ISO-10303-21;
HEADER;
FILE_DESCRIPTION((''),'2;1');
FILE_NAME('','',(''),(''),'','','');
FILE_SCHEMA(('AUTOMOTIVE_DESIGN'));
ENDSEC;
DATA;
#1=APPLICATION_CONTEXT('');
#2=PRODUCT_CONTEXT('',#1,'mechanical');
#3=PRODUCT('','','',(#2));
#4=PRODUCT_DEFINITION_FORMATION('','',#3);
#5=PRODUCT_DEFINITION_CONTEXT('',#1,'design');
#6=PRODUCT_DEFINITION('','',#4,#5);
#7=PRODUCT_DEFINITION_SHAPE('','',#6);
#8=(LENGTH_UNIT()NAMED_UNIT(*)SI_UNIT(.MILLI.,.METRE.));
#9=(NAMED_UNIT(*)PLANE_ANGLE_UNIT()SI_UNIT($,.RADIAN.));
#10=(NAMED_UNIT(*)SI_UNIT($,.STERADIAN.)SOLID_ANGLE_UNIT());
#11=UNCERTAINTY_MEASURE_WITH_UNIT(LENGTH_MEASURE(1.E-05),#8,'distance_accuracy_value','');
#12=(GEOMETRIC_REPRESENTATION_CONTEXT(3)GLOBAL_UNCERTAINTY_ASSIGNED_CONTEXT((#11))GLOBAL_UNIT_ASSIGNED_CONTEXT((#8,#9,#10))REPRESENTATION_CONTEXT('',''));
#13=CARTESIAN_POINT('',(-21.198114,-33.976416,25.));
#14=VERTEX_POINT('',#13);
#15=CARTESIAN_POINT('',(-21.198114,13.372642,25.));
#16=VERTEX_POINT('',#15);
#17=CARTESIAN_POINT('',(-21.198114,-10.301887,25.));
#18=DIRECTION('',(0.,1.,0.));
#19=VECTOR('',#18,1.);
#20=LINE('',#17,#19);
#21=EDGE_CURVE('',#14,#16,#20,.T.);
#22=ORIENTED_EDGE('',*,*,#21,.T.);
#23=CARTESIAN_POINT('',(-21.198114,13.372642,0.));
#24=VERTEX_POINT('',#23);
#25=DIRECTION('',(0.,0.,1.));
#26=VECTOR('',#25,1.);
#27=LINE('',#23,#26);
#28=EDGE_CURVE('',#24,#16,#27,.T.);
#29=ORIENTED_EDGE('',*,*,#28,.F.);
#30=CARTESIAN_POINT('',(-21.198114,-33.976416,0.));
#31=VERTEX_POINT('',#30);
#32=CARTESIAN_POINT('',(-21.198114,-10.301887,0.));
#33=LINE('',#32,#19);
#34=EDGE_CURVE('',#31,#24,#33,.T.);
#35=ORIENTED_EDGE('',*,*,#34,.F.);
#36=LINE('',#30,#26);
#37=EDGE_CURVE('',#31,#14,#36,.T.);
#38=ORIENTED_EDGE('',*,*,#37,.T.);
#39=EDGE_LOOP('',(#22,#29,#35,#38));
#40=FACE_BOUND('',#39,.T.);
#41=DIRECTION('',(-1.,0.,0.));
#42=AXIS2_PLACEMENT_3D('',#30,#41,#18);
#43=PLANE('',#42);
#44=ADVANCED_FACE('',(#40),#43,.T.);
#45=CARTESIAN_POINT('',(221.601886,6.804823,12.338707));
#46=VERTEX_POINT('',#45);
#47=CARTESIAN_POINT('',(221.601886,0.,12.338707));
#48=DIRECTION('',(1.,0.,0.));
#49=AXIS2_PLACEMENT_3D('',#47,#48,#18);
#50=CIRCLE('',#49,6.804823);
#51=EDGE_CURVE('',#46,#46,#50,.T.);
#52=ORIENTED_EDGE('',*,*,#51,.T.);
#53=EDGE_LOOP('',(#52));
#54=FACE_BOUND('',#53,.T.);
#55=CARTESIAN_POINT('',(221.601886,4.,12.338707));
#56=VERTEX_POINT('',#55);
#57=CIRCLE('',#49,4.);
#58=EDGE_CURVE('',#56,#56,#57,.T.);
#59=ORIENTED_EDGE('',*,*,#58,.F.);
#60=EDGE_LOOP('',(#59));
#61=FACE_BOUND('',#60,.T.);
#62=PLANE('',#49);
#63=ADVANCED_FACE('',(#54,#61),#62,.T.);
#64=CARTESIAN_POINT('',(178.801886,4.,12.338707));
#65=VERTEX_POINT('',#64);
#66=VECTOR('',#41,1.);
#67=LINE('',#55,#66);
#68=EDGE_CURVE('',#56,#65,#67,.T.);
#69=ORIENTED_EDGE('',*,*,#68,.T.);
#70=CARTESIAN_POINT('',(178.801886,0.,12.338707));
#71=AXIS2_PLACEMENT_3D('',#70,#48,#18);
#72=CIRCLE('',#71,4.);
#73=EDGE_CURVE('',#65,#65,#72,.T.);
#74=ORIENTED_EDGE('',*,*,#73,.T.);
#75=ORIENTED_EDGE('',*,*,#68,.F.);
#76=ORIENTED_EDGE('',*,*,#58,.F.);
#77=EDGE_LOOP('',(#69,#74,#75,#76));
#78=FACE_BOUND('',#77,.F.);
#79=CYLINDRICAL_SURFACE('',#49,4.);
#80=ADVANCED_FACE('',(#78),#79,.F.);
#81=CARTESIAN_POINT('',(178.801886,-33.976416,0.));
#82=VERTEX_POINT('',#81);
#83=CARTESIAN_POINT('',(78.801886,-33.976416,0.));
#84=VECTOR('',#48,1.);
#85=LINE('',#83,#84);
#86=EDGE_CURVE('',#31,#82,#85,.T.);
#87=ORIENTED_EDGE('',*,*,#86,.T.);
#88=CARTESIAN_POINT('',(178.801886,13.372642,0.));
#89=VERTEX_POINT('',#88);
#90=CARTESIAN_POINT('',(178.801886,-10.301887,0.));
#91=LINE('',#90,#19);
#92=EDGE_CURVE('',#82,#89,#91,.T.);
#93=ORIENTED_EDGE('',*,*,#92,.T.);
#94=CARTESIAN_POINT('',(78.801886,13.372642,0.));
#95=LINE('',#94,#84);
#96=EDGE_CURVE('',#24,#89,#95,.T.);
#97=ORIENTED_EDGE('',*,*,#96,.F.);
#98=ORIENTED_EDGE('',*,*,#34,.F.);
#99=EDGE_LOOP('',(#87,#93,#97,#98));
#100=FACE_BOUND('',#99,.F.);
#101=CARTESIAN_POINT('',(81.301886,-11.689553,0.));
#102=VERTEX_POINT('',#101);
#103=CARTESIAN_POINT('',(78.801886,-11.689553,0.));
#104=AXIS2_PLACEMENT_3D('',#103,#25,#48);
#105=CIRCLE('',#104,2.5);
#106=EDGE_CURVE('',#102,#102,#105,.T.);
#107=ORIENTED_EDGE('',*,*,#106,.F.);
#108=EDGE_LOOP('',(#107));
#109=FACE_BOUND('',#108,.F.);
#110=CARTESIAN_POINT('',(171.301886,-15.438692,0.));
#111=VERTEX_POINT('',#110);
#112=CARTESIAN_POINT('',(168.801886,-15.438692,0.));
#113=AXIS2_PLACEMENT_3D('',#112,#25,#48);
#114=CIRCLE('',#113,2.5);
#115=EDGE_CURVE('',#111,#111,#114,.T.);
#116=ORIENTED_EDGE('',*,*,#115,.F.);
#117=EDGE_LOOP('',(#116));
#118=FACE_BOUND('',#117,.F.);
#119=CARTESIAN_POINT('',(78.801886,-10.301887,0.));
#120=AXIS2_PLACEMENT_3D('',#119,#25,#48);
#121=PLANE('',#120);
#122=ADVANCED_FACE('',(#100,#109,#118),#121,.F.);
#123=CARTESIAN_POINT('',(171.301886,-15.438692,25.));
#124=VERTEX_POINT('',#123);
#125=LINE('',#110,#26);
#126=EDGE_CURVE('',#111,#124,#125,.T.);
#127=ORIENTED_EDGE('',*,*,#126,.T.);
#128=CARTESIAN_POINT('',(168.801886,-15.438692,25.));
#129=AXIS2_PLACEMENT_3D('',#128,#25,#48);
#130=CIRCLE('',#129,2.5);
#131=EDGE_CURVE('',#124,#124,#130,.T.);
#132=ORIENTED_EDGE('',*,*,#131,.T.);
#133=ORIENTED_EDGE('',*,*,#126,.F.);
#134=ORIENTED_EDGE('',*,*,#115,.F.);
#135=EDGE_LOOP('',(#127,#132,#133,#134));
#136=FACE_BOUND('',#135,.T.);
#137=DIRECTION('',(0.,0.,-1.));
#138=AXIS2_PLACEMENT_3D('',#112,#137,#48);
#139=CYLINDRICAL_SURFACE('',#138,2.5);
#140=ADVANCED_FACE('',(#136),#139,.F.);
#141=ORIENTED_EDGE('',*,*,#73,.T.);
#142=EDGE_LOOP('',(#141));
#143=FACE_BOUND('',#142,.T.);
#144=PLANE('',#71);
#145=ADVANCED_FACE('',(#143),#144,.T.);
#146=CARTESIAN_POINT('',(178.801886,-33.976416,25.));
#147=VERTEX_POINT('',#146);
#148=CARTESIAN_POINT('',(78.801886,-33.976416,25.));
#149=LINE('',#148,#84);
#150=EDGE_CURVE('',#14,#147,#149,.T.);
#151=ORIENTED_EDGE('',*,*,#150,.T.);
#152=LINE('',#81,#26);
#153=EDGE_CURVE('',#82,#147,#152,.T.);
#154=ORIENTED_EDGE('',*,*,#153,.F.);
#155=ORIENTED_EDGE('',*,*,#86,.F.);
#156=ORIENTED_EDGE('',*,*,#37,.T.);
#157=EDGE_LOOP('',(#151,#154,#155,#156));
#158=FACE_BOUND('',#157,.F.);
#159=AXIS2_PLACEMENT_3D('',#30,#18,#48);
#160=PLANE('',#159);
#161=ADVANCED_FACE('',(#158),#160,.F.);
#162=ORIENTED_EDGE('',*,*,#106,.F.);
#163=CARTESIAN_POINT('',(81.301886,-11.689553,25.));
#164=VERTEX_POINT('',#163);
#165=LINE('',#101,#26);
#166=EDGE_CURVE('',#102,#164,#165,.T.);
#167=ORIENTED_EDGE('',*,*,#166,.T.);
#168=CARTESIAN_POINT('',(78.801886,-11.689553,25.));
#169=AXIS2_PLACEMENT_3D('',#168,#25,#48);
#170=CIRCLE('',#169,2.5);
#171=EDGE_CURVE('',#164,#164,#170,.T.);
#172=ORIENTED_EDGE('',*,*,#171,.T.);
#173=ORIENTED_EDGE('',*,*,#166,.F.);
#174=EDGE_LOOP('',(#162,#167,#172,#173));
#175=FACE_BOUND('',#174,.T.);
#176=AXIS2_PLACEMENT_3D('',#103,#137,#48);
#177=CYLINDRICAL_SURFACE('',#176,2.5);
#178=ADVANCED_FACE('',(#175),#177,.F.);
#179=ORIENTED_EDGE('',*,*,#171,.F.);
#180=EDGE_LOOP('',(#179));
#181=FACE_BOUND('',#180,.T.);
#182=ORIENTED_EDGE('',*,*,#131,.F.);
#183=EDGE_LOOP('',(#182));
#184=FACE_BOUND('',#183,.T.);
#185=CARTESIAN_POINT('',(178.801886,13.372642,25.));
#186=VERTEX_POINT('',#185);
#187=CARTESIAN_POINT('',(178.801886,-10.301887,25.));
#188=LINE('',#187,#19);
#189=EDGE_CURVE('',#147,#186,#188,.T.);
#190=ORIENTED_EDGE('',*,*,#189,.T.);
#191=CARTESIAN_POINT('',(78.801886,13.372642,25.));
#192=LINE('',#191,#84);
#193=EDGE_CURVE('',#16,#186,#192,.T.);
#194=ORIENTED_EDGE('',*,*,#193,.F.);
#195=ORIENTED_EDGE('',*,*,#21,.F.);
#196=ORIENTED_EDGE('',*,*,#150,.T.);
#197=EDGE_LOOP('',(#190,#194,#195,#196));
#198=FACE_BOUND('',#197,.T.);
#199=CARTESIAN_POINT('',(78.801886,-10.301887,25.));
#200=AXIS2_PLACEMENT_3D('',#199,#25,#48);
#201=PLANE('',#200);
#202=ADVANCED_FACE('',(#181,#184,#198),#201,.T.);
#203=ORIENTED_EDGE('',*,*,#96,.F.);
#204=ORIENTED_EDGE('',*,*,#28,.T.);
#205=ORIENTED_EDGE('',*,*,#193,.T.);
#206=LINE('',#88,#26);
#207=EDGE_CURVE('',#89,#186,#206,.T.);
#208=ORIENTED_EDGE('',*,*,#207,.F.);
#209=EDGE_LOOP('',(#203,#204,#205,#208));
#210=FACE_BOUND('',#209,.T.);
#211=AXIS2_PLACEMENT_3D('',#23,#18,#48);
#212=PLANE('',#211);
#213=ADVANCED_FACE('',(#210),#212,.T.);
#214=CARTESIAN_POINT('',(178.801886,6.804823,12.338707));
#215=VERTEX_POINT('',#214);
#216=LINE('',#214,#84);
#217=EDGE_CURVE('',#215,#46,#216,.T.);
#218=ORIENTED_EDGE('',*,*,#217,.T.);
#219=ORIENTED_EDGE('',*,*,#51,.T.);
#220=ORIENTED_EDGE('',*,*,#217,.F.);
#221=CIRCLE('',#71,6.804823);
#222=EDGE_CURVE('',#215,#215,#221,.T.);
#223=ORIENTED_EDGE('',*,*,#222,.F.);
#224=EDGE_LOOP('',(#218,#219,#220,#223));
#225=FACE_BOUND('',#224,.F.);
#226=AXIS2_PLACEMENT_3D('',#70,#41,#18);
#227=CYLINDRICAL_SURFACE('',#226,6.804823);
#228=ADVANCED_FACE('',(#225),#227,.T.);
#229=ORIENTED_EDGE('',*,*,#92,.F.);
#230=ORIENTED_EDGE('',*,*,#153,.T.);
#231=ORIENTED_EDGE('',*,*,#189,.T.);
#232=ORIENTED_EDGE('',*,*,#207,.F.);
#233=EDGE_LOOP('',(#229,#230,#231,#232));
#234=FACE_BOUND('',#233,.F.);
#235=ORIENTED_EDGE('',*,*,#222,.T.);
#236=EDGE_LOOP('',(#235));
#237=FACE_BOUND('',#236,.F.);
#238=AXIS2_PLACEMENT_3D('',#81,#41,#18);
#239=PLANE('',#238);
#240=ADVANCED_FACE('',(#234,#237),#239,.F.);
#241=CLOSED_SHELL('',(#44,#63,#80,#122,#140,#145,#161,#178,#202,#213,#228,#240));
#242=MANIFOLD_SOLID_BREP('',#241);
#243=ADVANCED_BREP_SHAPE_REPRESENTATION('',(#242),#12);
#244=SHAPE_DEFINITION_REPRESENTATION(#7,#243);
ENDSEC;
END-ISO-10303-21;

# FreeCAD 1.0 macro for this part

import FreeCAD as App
import Part
import Sketcher
from FreeCAD import Vector
Q = App.Units.Quantity


def add_polygon(sketch, points):
    """Adds a closed chain of lines whose ends are joined by coincident constraints."""
    first, n = sketch.GeometryCount, len(points)
    for a, b in zip(points, points[1:] + points[:1]):
        sketch.addGeometry(Part.LineSegment(App.Vector(*a, 0), App.Vector(*b, 0)), False)
    for i in range(n):
        sketch.addConstraint(Sketcher.Constraint("Coincident", first + i, 2, first + (i + 1) % n, 1))

doc = App.newDocument("Part")
body = doc.addObject("PartDesign::Body", "Body")

# Sketch on XY plane
sketch1 = body.newObject("Sketcher::SketchObject", "Sketch")
sketch1.AttachmentSupport = (doc.getObject("XY_Plane"), [""])
sketch1.MapMode = "FlatFace"
add_polygon(sketch1, [(-21.2, 13.4), (-21.2, -34), (178.8, -34), (178.8, 13.4)])  # lines 0-3
sketch1.addGeometry(Part.Circle(Vector(168.8, -15.4, 0), Vector(0, 0, 1), 2.5), False)  # 4
sketch1.addGeometry(Part.Circle(Vector(78.8, -11.7, 0), Vector(0, 0, 1), 2.5), False)  # 5
sketch1.addConstraint(Sketcher.Constraint("Vertical", 0))
sketch1.addConstraint(Sketcher.Constraint("Horizontal", 1))
sketch1.addConstraint(Sketcher.Constraint("Vertical", 2))
sketch1.addConstraint(Sketcher.Constraint("Horizontal", 3))
sketch1.addConstraint(Sketcher.Constraint("Equal", 4, 5))
sketch1.addConstraint(Sketcher.Constraint("Diameter", 4, Q("5 mm")))
sketch1.addConstraint(Sketcher.Constraint("DistanceX", 1, 1, 1, 2, Q("200 mm")))
sketch1.addConstraint(Sketcher.Constraint("DistanceX", 5, 3, 4, 3, Q("90 mm")))
sketch1.addConstraint(Sketcher.Constraint("DistanceX", 0, 2, 5, 3, Q("100 mm")))
sketch1.addConstraint(Sketcher.Constraint("DistanceY", 0, 2, 0, 1, Q("47.349059 mm")))
sketch1.addConstraint(Sketcher.Constraint("DistanceY", 4, 3, 5, 3, Q("3.749139 mm")))
sketch1.addConstraint(Sketcher.Constraint("DistanceX", -1, 1, 4, 3, Q("168.801886 mm")))
sketch1.addConstraint(Sketcher.Constraint("DistanceY", 4, 3, -1, 1, Q("15.438692 mm")))
sketch1.addConstraint(Sketcher.Constraint("DistanceY", 0, 2, -1, 1, Q("33.976416 mm")))
pad1 = body.newObject("PartDesign::Pad", "Pad")
pad1.Profile = sketch1
pad1.Length = 25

----

**Aim of the task:**
In your answer, include only the lines above starting at the line that holds "#175=FACE_BOUND('',#174,.T.);" and ending at the line that holds "#186=VERTEX_POINT('',#185);", copied exactly.

**Output for this task:**
#175=FACE_BOUND('',#174,.T.);
#176=AXIS2_PLACEMENT_3D('',#103,#137,#48);
#177=CYLINDRICAL_SURFACE('',#176,2.5);
#178=ADVANCED_FACE('',(#175),#177,.F.);
#179=ORIENTED_EDGE('',*,*,#171,.F.);
#180=EDGE_LOOP('',(#179));
#181=FACE_BOUND('',#180,.T.);
#182=ORIENTED_EDGE('',*,*,#131,.F.);
#183=EDGE_LOOP('',(#182));
#184=FACE_BOUND('',#183,.T.);
#185=CARTESIAN_POINT('',(178.801886,13.372642,25.));
#186=VERTEX_POINT('',#185);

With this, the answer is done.